## [What the task asks]
The lines from the top of the data down to the line with "# F5_s6 → F5_t5 (cut)" should be repeated exactly, both ends included.

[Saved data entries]
┄┄┄┄┄┄┄┄┄┄

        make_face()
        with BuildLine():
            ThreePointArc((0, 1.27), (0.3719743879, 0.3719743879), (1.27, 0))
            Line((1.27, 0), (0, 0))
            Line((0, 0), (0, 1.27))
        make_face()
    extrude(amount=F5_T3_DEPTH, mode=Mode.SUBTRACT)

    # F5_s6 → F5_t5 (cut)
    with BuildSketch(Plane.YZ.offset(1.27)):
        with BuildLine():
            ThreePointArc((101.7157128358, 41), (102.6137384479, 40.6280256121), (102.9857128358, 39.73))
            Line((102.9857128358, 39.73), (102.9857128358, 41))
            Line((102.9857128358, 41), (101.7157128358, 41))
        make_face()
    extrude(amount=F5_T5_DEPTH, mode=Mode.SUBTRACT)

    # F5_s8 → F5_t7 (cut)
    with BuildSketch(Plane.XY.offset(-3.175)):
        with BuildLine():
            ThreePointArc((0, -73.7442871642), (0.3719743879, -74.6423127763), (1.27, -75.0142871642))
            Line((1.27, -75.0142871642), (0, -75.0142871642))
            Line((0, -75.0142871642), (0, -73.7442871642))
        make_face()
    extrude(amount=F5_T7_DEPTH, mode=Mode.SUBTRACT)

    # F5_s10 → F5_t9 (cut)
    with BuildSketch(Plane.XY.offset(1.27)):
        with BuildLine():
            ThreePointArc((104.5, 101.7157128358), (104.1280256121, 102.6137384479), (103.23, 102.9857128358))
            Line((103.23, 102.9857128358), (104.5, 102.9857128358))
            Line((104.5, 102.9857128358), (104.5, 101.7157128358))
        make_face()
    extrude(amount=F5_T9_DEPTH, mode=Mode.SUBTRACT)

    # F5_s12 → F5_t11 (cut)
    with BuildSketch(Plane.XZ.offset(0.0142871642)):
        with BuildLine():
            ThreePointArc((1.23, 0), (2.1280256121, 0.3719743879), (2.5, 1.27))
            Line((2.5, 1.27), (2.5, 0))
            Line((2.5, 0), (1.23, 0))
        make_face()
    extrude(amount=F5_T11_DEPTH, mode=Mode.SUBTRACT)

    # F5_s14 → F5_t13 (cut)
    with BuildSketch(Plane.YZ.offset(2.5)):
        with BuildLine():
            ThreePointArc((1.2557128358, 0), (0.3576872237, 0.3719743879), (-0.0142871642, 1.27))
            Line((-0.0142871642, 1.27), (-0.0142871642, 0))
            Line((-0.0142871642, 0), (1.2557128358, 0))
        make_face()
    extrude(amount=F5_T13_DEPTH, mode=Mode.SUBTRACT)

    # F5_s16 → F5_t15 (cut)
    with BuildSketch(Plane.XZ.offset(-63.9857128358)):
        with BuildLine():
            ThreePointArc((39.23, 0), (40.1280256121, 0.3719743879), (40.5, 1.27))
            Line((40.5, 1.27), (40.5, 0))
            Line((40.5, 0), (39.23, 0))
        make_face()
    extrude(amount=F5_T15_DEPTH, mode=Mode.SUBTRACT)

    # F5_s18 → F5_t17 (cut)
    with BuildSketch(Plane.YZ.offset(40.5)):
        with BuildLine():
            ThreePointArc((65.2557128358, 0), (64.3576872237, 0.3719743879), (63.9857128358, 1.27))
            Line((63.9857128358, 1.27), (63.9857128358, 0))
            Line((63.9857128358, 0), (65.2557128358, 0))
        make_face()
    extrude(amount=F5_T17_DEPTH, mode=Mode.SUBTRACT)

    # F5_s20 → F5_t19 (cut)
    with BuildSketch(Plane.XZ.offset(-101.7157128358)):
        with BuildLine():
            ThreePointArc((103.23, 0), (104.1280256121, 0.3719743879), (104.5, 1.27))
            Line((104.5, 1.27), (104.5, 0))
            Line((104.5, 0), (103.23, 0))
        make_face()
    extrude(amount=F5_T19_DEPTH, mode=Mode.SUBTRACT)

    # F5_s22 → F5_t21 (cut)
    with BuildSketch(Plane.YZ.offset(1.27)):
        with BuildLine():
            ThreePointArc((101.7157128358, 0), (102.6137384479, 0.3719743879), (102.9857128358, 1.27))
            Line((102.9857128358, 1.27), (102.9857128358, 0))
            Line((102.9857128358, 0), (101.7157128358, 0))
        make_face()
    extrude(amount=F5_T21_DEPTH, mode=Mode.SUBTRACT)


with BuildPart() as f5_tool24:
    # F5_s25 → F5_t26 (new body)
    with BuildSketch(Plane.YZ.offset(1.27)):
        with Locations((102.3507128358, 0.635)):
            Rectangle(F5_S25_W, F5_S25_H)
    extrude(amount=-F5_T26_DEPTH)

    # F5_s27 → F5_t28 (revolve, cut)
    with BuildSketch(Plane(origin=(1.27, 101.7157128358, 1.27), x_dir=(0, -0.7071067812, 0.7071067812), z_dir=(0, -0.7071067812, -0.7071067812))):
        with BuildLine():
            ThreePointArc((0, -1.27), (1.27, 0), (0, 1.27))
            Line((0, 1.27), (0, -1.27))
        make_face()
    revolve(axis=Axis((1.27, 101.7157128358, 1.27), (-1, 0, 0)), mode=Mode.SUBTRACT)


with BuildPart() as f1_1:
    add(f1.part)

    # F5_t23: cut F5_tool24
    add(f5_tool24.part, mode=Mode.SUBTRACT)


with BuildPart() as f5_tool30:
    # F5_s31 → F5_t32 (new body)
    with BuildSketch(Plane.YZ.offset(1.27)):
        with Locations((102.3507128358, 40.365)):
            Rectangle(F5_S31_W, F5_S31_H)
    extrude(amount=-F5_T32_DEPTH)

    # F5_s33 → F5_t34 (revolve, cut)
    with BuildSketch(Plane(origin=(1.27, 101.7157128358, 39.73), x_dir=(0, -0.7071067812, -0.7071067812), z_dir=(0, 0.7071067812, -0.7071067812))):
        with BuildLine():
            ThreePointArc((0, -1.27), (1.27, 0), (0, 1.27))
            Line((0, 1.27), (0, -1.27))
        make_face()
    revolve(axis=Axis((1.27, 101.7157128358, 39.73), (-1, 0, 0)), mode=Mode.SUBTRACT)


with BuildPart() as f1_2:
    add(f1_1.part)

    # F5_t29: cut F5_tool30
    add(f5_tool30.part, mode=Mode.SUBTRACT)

┄┄┄┄┄┄┄┄┄┄

## [Response box]
        make_face()
        with BuildLine():
            ThreePointArc((0, 1.27), (0.3719743879, 0.3719743879), (1.27, 0))
            Line((1.27, 0), (0, 0))
            Line((0, 0), (0, 1.27))
        make_face()
    extrude(amount=F5_T3_DEPTH, mode=Mode.SUBTRACT)

    # F5_s6 → F5_t5 (cut)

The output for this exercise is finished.